Por que voto no PT, ou: uma provocação à esquerda radical

T enho 24 anos recém-com­pletos. Tinha 8 quando vi, por um antigo televisor de tubo, FHC passar a faixa presiden­cial a Luiz Inácio Lula da Silva. Não entendia nada daquilo à época. Amadureci e desenvolvi minhas aptidões sociais e cognitivas para com o mundo sob governo petis­ta. Tendo-o, portanto, como figura de autoridade. Fui preso sob uma gestão petista (à época este par­tido ocupando tanto o executivo federal quanto o municipal onde eu residia) por questionar o valor da tarifa do transporte público que eu usava. Passei três anos agrilhoa­do por medidas cautelares que me restringiam a atuação política. Sob um regime petista.

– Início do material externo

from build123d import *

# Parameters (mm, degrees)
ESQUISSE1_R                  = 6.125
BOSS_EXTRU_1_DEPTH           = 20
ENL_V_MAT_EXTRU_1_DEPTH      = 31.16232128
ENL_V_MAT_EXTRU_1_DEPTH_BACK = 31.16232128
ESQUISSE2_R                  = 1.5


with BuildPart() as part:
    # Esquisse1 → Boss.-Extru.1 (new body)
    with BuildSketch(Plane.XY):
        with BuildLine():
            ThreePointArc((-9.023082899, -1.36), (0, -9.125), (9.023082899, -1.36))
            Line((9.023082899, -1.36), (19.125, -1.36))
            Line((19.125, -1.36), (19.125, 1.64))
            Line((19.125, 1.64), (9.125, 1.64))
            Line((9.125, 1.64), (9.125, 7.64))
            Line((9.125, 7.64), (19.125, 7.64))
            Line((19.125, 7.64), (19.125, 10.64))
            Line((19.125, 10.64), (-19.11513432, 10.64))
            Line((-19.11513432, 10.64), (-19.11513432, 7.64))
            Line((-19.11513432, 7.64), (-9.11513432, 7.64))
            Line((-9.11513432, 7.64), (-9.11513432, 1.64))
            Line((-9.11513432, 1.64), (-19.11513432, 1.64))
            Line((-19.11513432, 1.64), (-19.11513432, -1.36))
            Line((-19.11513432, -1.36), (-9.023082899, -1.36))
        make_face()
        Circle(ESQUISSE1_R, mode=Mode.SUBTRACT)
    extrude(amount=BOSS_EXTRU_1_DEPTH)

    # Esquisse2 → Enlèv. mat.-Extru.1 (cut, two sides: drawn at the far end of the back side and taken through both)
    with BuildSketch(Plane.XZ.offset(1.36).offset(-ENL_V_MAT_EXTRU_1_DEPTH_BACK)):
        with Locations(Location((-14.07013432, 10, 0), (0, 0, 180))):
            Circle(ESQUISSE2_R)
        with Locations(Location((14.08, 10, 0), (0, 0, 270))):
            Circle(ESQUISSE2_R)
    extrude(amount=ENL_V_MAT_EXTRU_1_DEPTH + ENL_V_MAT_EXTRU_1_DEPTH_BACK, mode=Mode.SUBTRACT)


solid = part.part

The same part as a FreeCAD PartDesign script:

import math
import FreeCAD as App
import Part
import Sketcher
Q = App.Units.Quantity

doc = App.newDocument("Part")
params = doc.addObject("Spreadsheet::Sheet", "Params")
for row, (alias, value) in enumerate([
    ("sketch1_diameter", "12.25 mm"),
    ("sketch1_width", "10 mm"),
    ("sketch1_height", "3 mm"),
    ("sketch1_height2", "6 mm"),
    ("pad1_length", "20 mm"),
    ("sketch2_diameter", "3 mm"),
], start=1):
    params.set(f"A{row}", alias)
    params.set(f"B{row}", "=" + value)
    params.setAlias(f"B{row}", alias)

body = doc.addObject("PartDesign::Body", "Body")

sketch1 = body.newObject("Sketcher::SketchObject", "Sketch")
sketch1.AttachmentSupport = (doc.getObject("XY_Plane"), [""])
sketch1.MapMode = "FlatFace"
sketch1.addGeometry(Part.ArcOfCircle(Part.Circle(App.Vector(0, 0, 0), App.Vector(0, 0, 1), 9.1), math.radians(-171), math.radians(-9)), False)
sketch1.addGeometry(Part.LineSegment(App.Vector(9, -1.4, 0), App.Vector(19.1, -1.4, 0)), False)
sketch1.addGeometry(Part.LineSegment(App.Vector(19.1, -1.4, 0), App.Vector(19.1, 1.6, 0)), False)
sketch1.addGeometry(Part.LineSegment(App.Vector(19.1, 1.6, 0), App.Vector(9.1, 1.6, 0)), False)
sketch1.addGeometry(Part.LineSegment(App.Vector(9.1, 1.6, 0), App.Vector(9.1, 7.6, 0)), False)
sketch1.addGeometry(Part.LineSegment(App.Vector(9.1, 7.6, 0), App.Vector(19.1, 7.6, 0)), False)
sketch1.addGeometry(Part.LineSegment(App.Vector(19.1, 7.6, 0), App.Vector(19.1, 10.6, 0)), False)
sketch1.addGeometry(Part.LineSegment(App.Vector(19.1, 10.6, 0), App.Vector(-19.1, 10.6, 0)), False)
sketch1.addGeometry(Part.LineSegment(App.Vector(-19.1, 10.6, 0), App.Vector(-19.1, 7.6, 0)), False)
sketch1.addGeometry(Part.LineSegment(App.Vector(-19.1, 7.6, 0), App.Vector(-9.1, 7.6, 0)), False)
sketch1.addGeometry(Part.LineSegment(App.Vector(-9.1, 7.6, 0), App.Vector(-9.1, 1.6, 0)), False)
sketch1.addGeometry(Part.LineSegment(App.Vector(-9.1, 1.6, 0), App.Vector(-19.1, 1.6, 0)), False)
sketch1.addGeometry(Part.LineSegment(App.Vector(-19.1, 1.6, 0), App.Vector(-19.1, -1.4, 0)), False)
sketch1.addGeometry(Part.LineSegment(App.Vector(-19.1, -1.4, 0), App.Vector(-9, -1.4, 0)), False)
sketch1.addGeometry(Part.Circle(App.Vector(0, 0, 0), App.Vector(0, 0, 1), 6.1), False)
sketch1.addConstraint(Sketcher.Constraint("Coincident", 0, 2, 1, 1))
sketch1.addConstraint(Sketcher.Constraint("Coincident", 1, 2, 2, 1))
sketch1.addConstraint(Sketcher.Constraint("Coincident", 2, 2, 3, 1))
sketch1.addConstraint(Sketcher.Constraint("Coincident", 3, 2, 4, 1))
sketch1.addConstraint(Sketcher.Constraint("Coincident", 4, 2, 5, 1))
sketch1.addConstraint(Sketcher.Constraint("Coincident", 5, 2, 6, 1))
sketch1.addConstraint(Sketcher.Constraint("Coincident", 6, 2, 7, 1))
sketch1.addConstraint(Sketcher.Constraint("Coincident", 7, 2, 8, 1))
sketch1.addConstraint(Sketcher.Constraint("Coincident", 8, 2, 9, 1))
sketch1.addConstraint(Sketcher.Constraint("Coincident", 9, 2, 10, 1))
sketch1.addConstraint(Sketcher.Constraint("Coincident", 10, 2, 11, 1))
sketch1.addConstraint(Sketcher.Constraint("Coincident", 11, 2, 12, 1))
sketch1.addConstraint(Sketcher.Constraint("Coincident", 12, 2, 13, 1))
sketch1.addConstraint(Sketcher.Constraint("Coincident", 13, 2, 0, 1))
sketch1.addConstraint(Sketcher.Constraint("Horizontal", 1))
sketch1.addConstraint(Sketcher.Constraint("Vertical", 2))
sketch1.addConstraint(Sketcher.Constraint("Horizontal", 3))
sketch1.addConstraint(Sketcher.Constraint("Vertical", 4))
sketch1.addConstraint(Sketcher.Constraint("Horizontal", 5))
sketch1.addConstraint(Sketcher.Constraint("Vertical", 6))
sketch1.addConstraint(Sketcher.Constraint("Horizontal", 7))
sketch1.addConstraint(Sketcher.Constraint("Vertical", 8))
sketch1.addConstraint(Sketcher.Constraint("Horizontal", 9))
sketch1.addConstraint(Sketcher.Constraint("Vertical", 10))
sketch1.addConstraint(Sketcher.Constraint("Horizontal", 11))
sketch1.addConstraint(Sketcher.Constraint("Vertical", 12))
sketch1.addConstraint(Sketcher.Constraint("Horizontal", 13))
sketch1.addConstraint(Sketcher.Constraint("Coincident", 0, 3, -1, 1))
sketch1.addConstraint(Sketcher.Constraint("Coincident", 14, 3, -1, 1))
sketch1.addConstraint(Sketcher.Constraint("Horizontal", 5, 2, 8, 2))
sketch1.addConstraint(Sketcher.Constraint("Horizontal", 3, 2, 10, 2))
sketch1.addConstraint(Sketcher.Constraint("Horizontal", 1, 2, 12, 2))
sketch1.addConstraint(Sketcher.Constraint("Vertical", 2, 2, 5, 2))
sketch1.addConstraint(Sketcher.Constraint("Vertical", 8, 2, 11, 2))
sketch1.addConstraint(Sketcher.Constraint("Equal", 5, 9))
sketch1.addConstraint(Sketcher.Constraint("Equal", 2, 6))
sketch1.addConstraint(Sketcher.Constraint("Diameter", 14, Q("12.25 mm")))
sketch1.addConstraint(Sketcher.Constraint("DistanceX", 3, 2, 3, 1, Q("10 mm")))
sketch1.addConstraint(Sketcher.Constraint("DistanceY", 2, 1, 2, 2, Q("3 mm")))
sketch1.addConstraint(Sketcher.Constraint("DistanceY", 4, 1, 4, 2, Q("6 mm")))
sketch1.addConstraint(Sketcher.Constraint("Radius", 0, Q("9.125 mm")))
sketch1.addConstraint(Sketcher.Constraint("DistanceY", 0, 2, -1, 1, Q("1.36 mm")))
sketch1.addConstraint(Sketcher.Constraint("DistanceX", -1, 1, 1, 2, Q("19.125 mm")))
sketch1.addConstraint(Sketcher.Constraint("DistanceX", 13, 1, 13, 2, Q("10.092051 mm")))
sketch1.setExpression("Constraints[36]", "Params.sketch1_diameter")
sketch1.setExpression("Constraints[37]", "Params.sketch1_width")
sketch1.setExpression("Constraints[38]", "Params.sketch1_height")
sketch1.setExpression("Constraints[39]", "Params.sketch1_height2")
pad1 = body.newObject("PartDesign::Pad", "Pad")
pad1.Profile = sketch1
pad1.setExpression("Length", "Params.pad1_length")

sketch2 = body.newObject("Sketcher::SketchObject", "Sketch001")
sketch2.AttachmentSupport = (doc.getObject("XZ_Plane"), [""])
sketch2.MapMode = "FlatFace"
sketch2.AttachmentOffset = App.Placement(App.Vector(0, 0, 1.36), App.Rotation())
sketch2.addGeometry(Part.Circle(App.Vector(-14.1, 10, 0), App.Vector(0, 0, 1), 1.5), False)
sketch2.addGeometry(Part.Circle(App.Vector(14.1, 10, 0), App.Vector(0, 0, 1), 1.5), False)
sketch2.addConstraint(Sketcher.Constraint("Equal", 0, 1))
sketch2.addConstraint(Sketcher.Constraint("Horizontal", 0, 3, 1, 3))
sketch2.addConstraint(Sketcher.Constraint("Diameter", 0, Q("3 mm")))
sketch2.addConstraint(Sketcher.Constraint("DistanceY", -1, 1, 0, 3, Q("10 mm")))
sketch2.addConstraint(Sketcher.Constraint("DistanceX", -1, 1, 1, 3, Q("14.08 mm")))
sketch2.addConstraint(Sketcher.Constraint("DistanceX", 0, 3, -1, 1, Q("14.070134 mm")))
sketch2.setExpression("Constraints[2]", "Params.sketch2_diameter")
pocket1 = body.newObject("PartDesign::Pocket", "Pocket")
pocket1.Profile = sketch2
pocket1.Type = "ThroughAll"
pocket1.Midplane = True

doc.recompute()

Isso dito, a diligência políti­ca faz-nos ter de avaliar algumas coisas. Não falarei aqui de Bol­sa família ou endossamento de qualquer natureza neste senti­do. Falarei de algumas premis­sas básicas que necessariamente têm de ser respondidas pela es­querda radical no seu elemen­tar: a análise tática do momento.

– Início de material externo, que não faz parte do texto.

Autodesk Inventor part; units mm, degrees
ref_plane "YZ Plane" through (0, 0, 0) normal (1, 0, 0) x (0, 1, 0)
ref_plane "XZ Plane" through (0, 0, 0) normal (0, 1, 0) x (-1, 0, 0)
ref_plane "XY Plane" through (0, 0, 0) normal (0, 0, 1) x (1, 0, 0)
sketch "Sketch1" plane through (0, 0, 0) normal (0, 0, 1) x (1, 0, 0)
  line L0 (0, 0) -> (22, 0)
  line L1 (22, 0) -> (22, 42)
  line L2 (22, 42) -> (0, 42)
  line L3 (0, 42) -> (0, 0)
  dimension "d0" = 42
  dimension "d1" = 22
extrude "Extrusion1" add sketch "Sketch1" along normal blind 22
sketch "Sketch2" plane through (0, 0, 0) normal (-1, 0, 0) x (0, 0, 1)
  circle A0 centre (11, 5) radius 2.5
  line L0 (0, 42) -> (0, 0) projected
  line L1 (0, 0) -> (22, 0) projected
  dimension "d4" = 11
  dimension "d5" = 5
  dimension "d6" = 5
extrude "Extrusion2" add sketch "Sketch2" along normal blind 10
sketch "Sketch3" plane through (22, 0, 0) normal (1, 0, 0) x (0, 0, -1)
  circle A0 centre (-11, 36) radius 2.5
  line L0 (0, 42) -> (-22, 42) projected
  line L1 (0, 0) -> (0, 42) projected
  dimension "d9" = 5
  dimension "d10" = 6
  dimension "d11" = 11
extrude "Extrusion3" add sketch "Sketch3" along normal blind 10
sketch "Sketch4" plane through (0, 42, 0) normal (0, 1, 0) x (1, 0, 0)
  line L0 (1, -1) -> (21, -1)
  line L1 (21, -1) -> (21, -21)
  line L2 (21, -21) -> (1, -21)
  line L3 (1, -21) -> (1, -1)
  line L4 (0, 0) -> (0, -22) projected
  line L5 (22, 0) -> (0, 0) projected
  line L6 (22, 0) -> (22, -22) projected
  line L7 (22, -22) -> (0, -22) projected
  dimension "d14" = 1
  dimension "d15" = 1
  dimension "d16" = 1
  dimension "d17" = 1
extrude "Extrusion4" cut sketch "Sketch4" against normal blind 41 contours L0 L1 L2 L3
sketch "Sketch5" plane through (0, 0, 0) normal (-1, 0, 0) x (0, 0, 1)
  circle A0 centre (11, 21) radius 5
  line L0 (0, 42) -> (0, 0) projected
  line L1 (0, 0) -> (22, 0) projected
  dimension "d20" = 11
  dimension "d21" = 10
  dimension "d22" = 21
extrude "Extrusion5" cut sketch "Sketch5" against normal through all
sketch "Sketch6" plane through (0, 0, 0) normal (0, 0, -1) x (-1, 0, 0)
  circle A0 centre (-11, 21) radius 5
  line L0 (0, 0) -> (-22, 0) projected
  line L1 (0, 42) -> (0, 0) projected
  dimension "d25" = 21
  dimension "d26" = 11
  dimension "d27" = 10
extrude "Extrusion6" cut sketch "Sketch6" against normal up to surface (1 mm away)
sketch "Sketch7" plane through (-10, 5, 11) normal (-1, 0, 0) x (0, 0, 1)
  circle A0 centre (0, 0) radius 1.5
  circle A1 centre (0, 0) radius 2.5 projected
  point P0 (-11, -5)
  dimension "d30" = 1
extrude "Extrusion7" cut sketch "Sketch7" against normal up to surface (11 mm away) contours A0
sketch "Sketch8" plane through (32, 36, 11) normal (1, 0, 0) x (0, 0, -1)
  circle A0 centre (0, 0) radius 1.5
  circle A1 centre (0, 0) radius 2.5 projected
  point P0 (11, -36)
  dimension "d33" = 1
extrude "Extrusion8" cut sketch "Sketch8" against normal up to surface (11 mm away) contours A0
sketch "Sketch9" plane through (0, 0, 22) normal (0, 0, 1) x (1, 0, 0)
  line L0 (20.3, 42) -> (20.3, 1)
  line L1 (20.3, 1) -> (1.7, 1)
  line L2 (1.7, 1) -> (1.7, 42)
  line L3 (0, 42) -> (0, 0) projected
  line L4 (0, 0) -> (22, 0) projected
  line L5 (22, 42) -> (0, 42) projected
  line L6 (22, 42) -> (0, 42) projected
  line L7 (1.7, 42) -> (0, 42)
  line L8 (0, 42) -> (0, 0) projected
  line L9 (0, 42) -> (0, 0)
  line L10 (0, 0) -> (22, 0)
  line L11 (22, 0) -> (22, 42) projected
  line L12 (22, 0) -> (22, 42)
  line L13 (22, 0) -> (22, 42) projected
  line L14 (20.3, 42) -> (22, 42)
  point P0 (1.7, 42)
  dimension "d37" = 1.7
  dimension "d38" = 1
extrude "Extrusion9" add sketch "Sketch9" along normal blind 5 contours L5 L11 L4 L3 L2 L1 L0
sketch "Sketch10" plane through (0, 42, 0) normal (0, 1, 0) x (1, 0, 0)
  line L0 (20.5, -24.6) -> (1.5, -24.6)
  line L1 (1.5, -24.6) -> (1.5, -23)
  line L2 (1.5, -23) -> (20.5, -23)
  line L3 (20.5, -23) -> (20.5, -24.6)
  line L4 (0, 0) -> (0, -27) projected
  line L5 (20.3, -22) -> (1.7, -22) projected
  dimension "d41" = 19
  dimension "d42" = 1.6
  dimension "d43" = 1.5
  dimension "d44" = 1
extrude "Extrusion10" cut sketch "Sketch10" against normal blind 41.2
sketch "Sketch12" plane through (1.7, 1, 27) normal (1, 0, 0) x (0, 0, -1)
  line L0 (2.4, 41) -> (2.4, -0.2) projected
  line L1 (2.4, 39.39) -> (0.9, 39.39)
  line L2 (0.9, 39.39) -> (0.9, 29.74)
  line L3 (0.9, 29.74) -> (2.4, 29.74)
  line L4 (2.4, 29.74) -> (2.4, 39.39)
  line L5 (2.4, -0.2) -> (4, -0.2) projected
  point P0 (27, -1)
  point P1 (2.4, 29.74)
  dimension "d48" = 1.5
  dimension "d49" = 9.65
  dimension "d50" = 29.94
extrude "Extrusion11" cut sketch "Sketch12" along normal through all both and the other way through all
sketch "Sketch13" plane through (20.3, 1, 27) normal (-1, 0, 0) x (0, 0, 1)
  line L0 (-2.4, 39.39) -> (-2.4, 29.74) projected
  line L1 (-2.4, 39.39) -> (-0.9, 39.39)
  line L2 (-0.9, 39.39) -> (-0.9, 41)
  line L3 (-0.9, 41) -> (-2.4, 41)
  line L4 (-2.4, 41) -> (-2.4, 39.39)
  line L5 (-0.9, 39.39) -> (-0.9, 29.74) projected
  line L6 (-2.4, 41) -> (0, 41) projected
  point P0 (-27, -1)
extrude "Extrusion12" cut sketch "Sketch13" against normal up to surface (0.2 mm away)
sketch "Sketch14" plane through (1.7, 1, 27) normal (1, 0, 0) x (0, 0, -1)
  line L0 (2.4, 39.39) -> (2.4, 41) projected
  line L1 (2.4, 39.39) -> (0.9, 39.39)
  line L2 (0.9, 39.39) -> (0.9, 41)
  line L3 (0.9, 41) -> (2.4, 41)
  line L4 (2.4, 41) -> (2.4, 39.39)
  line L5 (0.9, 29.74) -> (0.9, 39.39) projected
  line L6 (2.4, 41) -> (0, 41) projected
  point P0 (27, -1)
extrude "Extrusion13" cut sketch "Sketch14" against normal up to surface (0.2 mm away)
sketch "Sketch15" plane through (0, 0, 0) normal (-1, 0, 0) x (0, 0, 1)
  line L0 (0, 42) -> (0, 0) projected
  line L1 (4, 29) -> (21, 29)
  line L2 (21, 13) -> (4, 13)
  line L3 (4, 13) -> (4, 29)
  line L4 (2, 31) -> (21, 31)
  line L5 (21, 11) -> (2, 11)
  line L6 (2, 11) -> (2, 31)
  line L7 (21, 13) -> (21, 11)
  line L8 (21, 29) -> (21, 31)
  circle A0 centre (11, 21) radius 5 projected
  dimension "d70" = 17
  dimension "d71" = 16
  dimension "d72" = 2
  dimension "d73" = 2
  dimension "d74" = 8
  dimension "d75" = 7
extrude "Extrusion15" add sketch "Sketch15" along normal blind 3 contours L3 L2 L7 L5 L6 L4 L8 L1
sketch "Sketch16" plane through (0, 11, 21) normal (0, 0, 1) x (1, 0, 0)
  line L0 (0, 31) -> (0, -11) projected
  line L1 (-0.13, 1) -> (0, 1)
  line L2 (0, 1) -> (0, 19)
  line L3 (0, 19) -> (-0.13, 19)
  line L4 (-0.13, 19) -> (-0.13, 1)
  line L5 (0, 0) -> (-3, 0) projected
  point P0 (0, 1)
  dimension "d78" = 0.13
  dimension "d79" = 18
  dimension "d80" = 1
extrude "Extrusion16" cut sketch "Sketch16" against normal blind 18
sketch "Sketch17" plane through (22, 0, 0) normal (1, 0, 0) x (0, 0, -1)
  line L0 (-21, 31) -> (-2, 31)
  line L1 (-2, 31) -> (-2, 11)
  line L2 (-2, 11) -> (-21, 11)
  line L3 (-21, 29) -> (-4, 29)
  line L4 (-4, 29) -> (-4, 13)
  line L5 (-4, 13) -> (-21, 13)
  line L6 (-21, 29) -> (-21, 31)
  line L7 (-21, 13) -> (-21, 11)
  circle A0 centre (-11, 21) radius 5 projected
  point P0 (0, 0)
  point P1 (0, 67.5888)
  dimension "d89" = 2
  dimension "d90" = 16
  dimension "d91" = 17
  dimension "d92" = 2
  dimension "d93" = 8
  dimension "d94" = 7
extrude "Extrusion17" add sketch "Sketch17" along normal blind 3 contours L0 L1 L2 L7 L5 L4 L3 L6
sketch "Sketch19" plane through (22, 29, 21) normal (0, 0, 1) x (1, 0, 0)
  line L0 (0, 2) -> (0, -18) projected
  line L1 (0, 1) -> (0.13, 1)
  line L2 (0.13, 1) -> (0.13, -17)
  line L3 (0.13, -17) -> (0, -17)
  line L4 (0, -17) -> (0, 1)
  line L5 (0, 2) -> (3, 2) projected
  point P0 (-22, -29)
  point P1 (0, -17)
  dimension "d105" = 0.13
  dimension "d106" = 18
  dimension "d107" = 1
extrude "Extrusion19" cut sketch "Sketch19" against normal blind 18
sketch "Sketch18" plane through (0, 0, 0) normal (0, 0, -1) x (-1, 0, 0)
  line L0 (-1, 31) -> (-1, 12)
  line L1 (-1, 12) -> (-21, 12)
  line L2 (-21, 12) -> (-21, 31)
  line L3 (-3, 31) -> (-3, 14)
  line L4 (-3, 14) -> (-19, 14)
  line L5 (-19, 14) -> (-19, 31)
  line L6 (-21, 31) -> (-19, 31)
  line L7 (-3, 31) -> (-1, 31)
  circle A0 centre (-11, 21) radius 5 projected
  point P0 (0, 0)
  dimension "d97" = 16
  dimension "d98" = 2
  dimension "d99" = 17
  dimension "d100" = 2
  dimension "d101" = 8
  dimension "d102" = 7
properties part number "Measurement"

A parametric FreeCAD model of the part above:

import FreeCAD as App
import Part
import Sketcher
from FreeCAD import Vector
Q = App.Units.Quantity


def add_polygon(sketch, points):
    """Adds a closed chain of lines whose ends are joined by coincident constraints."""
    first, n = sketch.GeometryCount, len(points)
    for a, b in zip(points, points[1:] + points[:1]):
        sketch.addGeometry(Part.LineSegment(App.Vector(*a, 0), App.Vector(*b, 0)), False)
    for i in range(n):
        sketch.addConstraint(Sketcher.Constraint("Coincident", first + i, 2, first + (i + 1) % n, 1))

doc = App.newDocument("Part")
body = doc.addObject("PartDesign::Body", "Body")

# Sketch on XY plane
sketch1 = body.newObject("Sketcher::SketchObject", "Sketch")
sketch1.AttachmentSupport = (doc.getObject("XY_Plane"), [""])
sketch1.MapMode = "FlatFace"
add_polygon(sketch1, [(0, 42), (0, 0), (22, 0), (22, 42)])  # lines 0-3
sketch1.addConstraint([
    Sketcher.Constraint("Vertical", 0),
    Sketcher.Constraint("Horizontal", 1),
    Sketcher.Constraint("Vertical", 2),
    Sketcher.Constraint("Horizontal", 3),
    Sketcher.Constraint("Coincident", 0, 2, -1, 1),
    Sketcher.Constraint("DistanceX", 1, 1, 1, 2, Q("22 mm")),
    Sketcher.Constraint("DistanceY", 0, 2, 0, 1, Q("42 mm")),
])
pad1 = body.newObject("PartDesign::Pad", "Pad")
pad1.Profile = sketch1
pad1.Length = 22

# Sketch on YZ plane
sketch2 = body.newObject("Sketcher::SketchObject", "Sketch001")
sketch2.AttachmentSupport = (doc.getObject("YZ_Plane"), [""])
sketch2.MapMode = "FlatFace"
sketch2.addGeometry(Part.Circle(Vector(5, 11, 0), Vector(0, 0, 1), 2.5), False)
sketch2.addConstraint([
    Sketcher.Constraint("Diameter", 0, Q("5 mm")),
    Sketcher.Constraint("DistanceX", -1, 1, 0, 3, Q("5 mm")),
    Sketcher.Constraint("DistanceY", -1, 1, 0, 3, Q("11 mm")),
])
pad2 = body.newObject("PartDesign::Pad", "Pad001")
pad2.Profile = sketch2
pad2.Length = 10
pad2.Reversed = True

Apesar da relativa inverdade de que “tanto no PT quanto em qual­quer outro governo” a classe traba­lhadora só perdeu, assumirei, para fins de argumento, como verdadei­ra esta proposição. Sou um mate­rialista praticamente mitocondrial e levo a sério a tese de que a luta de classes é o motor da história e o ve­tor explicativo fundamental das di­versas questões sociais. Entretanto não se explica assim tão facilmen­te, e por simplismos, as questões de conjuntura. Assumamos por­tanto esta tese de que tanto fez o PT como qualquer outro governo fa­ria, ainda que, novamente, eu não entenda ela como verídica.

Uma classe social não é um ente abstrato que paira no ar. Ela é composta por diversos matizes, nuanças, subtilezas, extratos e di­ferenciações (por vezes até mesmo antagonismos) internas, atravessa­da por uma série de contradições. A diferença entre uma classe-em­-si e uma para-si está precisamen­te no fato de que do ponto objeti­vo apresenta-se a classe social pela sua realidade econômica (classe­-em-si), mas só pela luta política, e pelo acúmulo de vínculos que esta gera, adquire a classe uma realida­de sócio-cultural e política (classe­-para-si) coerentemente orienta­da com seu interesse (para quem precisar de mais: vejam a introdu­ção à “crítica da filosofia do direi­to de Hegel” escrita por K. Marx ou as primeira e terceira partes do ensaio de G. Lukács “a reificação e a consciência do proletariado”). O momento em que ela passa do “apresentar-se” (classe-em-si) para o “expressar-se” (classe-para-si). Do “existir no mundo e mecani­camente nele intervir”, para o “agir ativa e conscientemente sobre o mundo e produzi-lo”.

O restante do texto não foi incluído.